ChenExp: Chen-Exponential Distribution

Description

Provides density, distribution, quantile, random generation, and hazard functions for the Chen-Exponential distribution.

Usage

dchen.exp(x, alpha, beta, lambda, log = FALSE)
pchen.exp(q, alpha, beta, lambda, lower.tail = TRUE, log.p = FALSE)
qchen.exp(p, alpha, beta, lambda, lower.tail = TRUE, log.p = FALSE)
rchen.exp(n, alpha, beta, lambda)
hchen.exp(x, alpha, beta, lambda)

Value

dchen.exp: numeric vector of (log-)densities
pchen.exp: numeric vector of probabilities
qchen.exp: numeric vector of quantiles
rchen.exp: numeric vector of random variates
hchen.exp: numeric vector of hazard values

Arguments

x, q: numeric vector of quantiles (x, q)
alpha: positive numeric parameter
beta: positive numeric parameter
lambda: positive numeric parameter
log: logical; if TRUE, returns log-density
lower.tail: logical; if TRUE (default), probabilities are $P[X \le x]$ otherwise, $P[X > x]$.
log.p: logical; if TRUE, probabilities are given as log(p)
p: numeric vector of probabilities (0 < p < 1)
n: number of observations (integer > 0)

Details

The Chen-Exponential distribution is parameterized by the parameters $\alpha > 0$, $\beta > 0$, and $\lambda > 0$.
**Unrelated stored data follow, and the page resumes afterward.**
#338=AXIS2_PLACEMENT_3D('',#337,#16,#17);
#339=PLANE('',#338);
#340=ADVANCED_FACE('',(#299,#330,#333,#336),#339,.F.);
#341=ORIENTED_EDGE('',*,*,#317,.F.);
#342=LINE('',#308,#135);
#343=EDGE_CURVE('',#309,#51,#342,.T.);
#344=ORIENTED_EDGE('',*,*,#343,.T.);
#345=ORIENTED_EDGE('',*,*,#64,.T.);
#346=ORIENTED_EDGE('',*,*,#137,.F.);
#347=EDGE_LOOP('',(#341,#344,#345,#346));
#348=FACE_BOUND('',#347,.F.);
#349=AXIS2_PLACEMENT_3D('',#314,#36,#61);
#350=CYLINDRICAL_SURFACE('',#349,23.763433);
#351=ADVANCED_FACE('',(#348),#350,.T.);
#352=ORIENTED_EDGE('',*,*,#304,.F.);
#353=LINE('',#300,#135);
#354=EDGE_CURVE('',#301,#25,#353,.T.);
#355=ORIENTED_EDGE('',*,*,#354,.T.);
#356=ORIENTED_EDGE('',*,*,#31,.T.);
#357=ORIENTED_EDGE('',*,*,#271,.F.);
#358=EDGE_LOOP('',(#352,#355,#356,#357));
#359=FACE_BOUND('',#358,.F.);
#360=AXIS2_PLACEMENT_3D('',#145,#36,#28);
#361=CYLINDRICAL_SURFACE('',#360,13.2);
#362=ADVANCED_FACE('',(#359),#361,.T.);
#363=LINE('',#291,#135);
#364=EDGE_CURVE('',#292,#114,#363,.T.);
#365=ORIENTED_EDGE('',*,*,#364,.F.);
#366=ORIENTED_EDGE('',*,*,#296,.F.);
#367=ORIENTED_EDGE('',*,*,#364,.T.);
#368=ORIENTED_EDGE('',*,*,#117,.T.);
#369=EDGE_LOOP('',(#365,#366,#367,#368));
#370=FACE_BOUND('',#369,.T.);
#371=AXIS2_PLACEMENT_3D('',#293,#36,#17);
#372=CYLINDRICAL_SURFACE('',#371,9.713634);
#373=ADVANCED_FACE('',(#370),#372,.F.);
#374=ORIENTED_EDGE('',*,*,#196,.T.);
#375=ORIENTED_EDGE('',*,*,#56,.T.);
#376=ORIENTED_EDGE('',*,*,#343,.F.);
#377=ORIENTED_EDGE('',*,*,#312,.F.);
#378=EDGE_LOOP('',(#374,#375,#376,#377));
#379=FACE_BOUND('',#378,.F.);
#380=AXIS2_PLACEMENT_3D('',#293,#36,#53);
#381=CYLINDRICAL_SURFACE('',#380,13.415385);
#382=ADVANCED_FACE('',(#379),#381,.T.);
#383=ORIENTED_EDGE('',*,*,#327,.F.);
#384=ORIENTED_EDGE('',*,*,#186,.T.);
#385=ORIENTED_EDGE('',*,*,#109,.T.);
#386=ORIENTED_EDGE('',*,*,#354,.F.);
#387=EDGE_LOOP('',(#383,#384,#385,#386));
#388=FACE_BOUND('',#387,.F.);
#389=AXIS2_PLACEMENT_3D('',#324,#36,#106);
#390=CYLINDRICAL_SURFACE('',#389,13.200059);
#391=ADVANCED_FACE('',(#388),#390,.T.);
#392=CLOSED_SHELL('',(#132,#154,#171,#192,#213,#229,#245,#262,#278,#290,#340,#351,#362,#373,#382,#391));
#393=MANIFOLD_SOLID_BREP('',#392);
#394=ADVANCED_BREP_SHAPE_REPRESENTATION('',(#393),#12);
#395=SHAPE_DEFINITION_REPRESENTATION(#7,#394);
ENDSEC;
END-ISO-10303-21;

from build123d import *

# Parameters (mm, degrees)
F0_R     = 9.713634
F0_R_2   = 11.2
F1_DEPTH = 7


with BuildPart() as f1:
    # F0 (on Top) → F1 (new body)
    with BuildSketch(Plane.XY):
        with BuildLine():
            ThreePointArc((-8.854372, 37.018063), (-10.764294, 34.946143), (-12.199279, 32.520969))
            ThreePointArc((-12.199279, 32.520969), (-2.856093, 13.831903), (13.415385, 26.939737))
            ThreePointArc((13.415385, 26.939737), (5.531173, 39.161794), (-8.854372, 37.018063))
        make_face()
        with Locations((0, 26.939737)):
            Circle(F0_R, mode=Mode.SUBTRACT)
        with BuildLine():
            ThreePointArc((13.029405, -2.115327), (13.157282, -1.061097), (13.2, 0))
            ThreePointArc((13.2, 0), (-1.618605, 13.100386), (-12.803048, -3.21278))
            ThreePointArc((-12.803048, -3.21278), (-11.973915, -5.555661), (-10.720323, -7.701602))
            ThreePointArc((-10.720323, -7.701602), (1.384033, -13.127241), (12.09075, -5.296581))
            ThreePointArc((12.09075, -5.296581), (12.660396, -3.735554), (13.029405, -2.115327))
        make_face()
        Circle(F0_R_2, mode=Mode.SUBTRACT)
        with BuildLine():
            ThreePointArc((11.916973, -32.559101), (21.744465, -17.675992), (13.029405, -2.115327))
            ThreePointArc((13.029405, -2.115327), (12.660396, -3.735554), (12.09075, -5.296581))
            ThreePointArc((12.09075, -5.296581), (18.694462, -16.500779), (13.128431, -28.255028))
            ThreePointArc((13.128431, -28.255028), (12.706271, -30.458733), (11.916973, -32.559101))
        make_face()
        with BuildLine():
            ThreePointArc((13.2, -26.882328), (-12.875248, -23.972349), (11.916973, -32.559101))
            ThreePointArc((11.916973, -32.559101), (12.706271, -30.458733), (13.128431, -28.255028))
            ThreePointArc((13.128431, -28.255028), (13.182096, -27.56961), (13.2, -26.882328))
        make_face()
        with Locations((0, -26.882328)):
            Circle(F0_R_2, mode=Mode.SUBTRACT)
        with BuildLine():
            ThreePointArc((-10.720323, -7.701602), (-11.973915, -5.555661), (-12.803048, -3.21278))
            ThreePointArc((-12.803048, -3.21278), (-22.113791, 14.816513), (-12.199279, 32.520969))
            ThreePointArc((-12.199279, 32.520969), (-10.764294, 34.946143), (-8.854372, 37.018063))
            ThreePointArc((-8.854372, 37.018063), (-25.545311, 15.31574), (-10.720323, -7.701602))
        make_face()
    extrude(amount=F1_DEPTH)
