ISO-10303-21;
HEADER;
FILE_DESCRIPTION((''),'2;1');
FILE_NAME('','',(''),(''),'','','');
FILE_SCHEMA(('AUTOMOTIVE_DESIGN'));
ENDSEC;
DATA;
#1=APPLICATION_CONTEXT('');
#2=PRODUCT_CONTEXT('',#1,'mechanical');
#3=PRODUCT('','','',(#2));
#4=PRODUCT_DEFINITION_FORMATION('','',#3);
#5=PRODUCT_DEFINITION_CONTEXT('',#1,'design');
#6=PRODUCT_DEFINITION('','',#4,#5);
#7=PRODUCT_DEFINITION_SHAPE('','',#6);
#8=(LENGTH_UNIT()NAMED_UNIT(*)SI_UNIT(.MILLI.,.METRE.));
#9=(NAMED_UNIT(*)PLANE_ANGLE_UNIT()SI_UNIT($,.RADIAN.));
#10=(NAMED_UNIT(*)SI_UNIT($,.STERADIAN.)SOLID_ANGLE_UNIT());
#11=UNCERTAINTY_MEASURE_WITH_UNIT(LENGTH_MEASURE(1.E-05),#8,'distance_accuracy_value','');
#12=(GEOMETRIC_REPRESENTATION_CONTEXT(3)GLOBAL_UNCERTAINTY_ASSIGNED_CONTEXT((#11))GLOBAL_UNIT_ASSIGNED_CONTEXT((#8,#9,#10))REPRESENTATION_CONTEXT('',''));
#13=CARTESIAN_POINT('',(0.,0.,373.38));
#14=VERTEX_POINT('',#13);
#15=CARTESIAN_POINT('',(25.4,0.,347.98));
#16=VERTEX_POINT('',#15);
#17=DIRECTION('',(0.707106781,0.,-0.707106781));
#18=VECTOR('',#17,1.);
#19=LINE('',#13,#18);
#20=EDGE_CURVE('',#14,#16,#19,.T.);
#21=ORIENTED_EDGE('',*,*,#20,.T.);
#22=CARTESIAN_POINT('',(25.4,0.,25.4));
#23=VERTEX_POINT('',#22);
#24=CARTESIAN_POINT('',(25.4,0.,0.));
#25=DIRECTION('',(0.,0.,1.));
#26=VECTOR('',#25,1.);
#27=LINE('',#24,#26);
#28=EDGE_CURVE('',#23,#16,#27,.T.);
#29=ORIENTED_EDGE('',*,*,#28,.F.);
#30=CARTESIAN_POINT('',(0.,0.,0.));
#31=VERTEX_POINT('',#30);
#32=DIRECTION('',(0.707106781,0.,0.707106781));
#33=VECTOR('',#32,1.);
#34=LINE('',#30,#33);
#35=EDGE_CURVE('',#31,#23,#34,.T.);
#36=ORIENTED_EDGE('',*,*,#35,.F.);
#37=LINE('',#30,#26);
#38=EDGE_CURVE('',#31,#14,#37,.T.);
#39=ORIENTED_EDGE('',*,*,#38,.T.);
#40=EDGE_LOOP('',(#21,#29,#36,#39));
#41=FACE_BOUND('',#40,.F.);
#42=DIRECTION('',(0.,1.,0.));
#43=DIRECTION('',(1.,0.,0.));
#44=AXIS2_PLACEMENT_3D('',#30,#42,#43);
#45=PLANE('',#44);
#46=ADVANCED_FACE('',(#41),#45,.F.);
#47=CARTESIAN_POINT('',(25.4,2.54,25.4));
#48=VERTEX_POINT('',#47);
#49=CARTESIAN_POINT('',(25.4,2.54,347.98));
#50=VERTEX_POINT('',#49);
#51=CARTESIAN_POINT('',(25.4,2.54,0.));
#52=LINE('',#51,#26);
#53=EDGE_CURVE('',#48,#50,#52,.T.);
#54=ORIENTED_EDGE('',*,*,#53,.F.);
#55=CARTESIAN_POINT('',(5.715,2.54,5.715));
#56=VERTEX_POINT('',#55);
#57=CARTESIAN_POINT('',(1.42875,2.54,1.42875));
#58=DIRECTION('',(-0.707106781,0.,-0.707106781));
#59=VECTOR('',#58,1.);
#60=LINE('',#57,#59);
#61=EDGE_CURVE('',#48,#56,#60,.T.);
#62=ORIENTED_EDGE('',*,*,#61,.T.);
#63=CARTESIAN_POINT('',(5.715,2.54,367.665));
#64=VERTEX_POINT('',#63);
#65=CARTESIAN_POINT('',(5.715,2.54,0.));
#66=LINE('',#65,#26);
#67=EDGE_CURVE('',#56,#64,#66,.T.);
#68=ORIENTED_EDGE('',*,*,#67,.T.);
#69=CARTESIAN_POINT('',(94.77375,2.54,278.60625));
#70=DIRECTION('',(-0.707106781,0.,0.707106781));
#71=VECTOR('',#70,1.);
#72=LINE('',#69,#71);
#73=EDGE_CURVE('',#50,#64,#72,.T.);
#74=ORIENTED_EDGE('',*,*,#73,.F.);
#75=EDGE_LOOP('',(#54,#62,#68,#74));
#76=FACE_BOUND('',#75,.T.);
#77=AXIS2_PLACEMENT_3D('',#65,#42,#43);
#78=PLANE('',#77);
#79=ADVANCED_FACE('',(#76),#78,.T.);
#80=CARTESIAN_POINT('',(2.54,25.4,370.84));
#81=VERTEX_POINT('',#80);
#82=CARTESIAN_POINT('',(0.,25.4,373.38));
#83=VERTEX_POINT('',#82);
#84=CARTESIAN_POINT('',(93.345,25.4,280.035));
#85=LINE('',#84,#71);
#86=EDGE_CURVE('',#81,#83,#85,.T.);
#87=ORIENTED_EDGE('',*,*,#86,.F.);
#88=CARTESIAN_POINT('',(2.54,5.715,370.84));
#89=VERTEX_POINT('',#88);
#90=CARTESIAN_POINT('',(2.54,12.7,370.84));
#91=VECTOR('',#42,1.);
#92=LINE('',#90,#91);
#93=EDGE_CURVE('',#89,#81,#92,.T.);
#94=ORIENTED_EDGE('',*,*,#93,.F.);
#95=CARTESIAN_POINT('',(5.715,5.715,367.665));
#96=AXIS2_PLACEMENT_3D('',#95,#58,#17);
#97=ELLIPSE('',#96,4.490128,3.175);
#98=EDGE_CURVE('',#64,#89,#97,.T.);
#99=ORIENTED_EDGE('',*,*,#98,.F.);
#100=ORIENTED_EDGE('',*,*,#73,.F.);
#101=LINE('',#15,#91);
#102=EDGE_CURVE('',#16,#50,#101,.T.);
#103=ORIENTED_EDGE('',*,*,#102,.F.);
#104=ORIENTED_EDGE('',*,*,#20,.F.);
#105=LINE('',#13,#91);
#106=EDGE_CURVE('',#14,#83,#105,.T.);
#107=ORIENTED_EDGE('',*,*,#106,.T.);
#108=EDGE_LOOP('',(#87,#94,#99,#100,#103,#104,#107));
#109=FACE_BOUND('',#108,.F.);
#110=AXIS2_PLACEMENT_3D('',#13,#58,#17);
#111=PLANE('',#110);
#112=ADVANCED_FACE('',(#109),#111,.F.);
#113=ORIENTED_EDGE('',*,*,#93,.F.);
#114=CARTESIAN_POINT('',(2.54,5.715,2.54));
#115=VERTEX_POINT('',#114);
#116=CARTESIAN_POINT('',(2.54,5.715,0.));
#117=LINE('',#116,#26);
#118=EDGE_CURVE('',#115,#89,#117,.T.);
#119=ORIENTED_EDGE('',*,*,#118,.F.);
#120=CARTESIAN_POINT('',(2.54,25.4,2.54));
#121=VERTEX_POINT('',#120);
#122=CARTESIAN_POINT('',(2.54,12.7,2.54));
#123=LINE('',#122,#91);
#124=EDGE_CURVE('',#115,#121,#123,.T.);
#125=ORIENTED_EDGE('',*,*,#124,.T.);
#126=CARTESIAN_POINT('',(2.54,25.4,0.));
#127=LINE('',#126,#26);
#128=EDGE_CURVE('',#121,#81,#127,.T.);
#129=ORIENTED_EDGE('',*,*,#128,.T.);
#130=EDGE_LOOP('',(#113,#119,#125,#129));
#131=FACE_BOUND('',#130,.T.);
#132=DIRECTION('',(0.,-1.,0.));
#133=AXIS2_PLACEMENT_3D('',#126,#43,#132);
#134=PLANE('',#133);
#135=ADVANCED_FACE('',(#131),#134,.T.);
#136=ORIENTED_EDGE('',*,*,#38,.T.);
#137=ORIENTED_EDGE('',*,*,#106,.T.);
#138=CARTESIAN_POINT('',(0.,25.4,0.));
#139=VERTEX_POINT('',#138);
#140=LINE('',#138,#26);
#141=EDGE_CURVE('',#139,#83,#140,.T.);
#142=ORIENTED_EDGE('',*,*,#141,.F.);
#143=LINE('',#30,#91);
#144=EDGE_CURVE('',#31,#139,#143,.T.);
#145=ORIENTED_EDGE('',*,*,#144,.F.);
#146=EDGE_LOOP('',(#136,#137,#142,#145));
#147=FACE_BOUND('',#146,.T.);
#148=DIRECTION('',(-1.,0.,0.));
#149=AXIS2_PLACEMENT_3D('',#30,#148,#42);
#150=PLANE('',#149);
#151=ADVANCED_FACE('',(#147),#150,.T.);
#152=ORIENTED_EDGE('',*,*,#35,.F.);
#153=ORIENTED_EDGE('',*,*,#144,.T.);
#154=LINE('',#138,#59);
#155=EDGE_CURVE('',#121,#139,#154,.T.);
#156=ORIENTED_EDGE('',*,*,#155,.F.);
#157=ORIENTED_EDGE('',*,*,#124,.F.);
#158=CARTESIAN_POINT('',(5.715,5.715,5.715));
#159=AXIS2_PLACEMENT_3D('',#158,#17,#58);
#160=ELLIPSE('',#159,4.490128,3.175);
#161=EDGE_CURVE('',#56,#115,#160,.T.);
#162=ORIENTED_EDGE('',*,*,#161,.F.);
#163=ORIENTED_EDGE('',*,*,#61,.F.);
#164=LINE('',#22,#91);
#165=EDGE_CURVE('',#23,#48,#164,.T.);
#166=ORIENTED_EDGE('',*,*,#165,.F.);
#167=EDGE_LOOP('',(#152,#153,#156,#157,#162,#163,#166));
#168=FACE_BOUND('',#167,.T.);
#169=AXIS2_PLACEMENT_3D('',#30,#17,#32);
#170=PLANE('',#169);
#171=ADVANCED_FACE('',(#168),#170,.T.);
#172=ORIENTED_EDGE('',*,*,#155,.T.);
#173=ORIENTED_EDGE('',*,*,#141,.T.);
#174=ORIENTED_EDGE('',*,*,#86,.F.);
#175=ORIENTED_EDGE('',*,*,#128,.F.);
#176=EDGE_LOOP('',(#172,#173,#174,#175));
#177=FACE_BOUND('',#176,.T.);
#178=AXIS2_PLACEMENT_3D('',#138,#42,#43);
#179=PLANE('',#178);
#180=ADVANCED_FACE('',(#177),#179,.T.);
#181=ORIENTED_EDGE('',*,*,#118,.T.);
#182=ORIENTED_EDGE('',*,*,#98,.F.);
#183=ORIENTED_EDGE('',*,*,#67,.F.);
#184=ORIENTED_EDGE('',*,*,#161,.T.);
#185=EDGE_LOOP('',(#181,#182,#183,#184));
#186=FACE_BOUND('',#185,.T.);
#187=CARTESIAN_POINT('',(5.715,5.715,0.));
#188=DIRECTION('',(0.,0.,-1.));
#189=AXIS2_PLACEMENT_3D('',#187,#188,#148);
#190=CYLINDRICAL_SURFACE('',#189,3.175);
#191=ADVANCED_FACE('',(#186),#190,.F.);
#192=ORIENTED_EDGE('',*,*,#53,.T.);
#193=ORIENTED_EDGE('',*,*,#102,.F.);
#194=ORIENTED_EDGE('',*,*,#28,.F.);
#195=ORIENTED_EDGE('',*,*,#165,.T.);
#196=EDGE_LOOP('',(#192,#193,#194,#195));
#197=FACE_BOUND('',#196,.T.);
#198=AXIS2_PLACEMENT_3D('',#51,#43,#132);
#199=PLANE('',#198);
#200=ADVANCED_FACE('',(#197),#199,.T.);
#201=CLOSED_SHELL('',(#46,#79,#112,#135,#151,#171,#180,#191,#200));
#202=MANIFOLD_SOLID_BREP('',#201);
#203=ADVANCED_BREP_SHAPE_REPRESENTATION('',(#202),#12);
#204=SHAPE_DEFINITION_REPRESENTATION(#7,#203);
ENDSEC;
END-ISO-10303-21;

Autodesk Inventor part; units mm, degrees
ref_plane "YZ Plane" through (0, 0, 0) normal (1, 0, 0) x (0, 1, 0)
ref_plane "XZ Plane" through (0, 0, 0) normal (0, 1, 0) x (-1, 0, 0)
ref_plane "XY Plane" through (0, 0, 0) normal (0, 0, 1) x (1, 0, 0)
sketch "Sketch1" plane through (0, 0, 0) normal (0, 0, 1) x (1, 0, 0)
  line L0 (0, 0) -> (0, 25.4)
  line L1 (0, 0) -> (25.4, 0)
  line L2 (2.54, 25.4) -> (2.54, 5.715)
  line L3 (5.715, 2.54) -> (25.4, 2.54)
  arc A0 (2.54, 5.715) -> (5.715, 2.54) centre (5.715, 5.715) ccw
  line L4 (0, 25.4) -> (2.54, 25.4)
  line L5 (25.4, 2.54) -> (25.4, 0)
  dimension "d0" = 25.4
  dimension "d1" = 25.4
  dimension "d2" = 2.54
  dimension "d3" = 3.175
extrude "Extrusion1" add sketch "Sketch1" along normal blind 373.38
sketch "Sketch10" plane through (0, 0, 0) normal (0, -1, 0) x (1, 0, 0)
  line L0 (25.4, 0) -> (0, 0) projected
  line L1 (25.4, 0) -> (25.4, 373.38) projected
  line L2 (0, 373.38) -> (25.4, 373.38) projected
  line L3 (0, 373.38) -> (25.4, 347.98)
  line L4 (0, 373.38) -> (70.5746, 373.38) construction
  line L5 (0, 0) -> (25.4, 25.4)
  line L6 (0, 0) -> (99.8075, 0) construction
  dimension "d36" = 45
  dimension "d37" = 45
extrude "Extrusion8" cut sketch "Sketch10" against normal blind 50.8
equation "\"d0\" = hubAngleWidth1"
equation "\"d1\" = hubAngleWidth2"
equation "\"d2\" = hubAngleThickness"
equation "\"d3\" = 1.25 * hubAngleThickness"
equation "\"hubAngleThickness\" = 2.54"
equation "\"hubAngleWidth1\" = 25.4"
equation "\"hubAngleWidth2\" = 25.4"
equation "\"hubCentralHoleOffset\" = 12.7"
properties part number "hubRingJigOuter"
The Chen-Exponential distribution has CDF:

$$ F(x;\,\alpha,\beta,\lambda) = \, 1-\exp \left\{\lambda\left[1-\exp \left\{\left(e^{\beta x}-1\right)^\alpha\right\} \right] \right\}, \quad x > 0. $$

where $\alpha$, $\beta$, and $\lambda$ are the parameters.

The following functions are included:

dchen.exp() — Density function
pchen.exp() — Distribution function
qchen.exp() — Quantile function
rchen.exp() — Random generation
hchen.exp() — Hazard function

References

Chen, Z. (2000). A new two-parameter lifetime distribution with bathtub shape or increasing failure rate function. Statistics & Probability Letters, 49, 155--161.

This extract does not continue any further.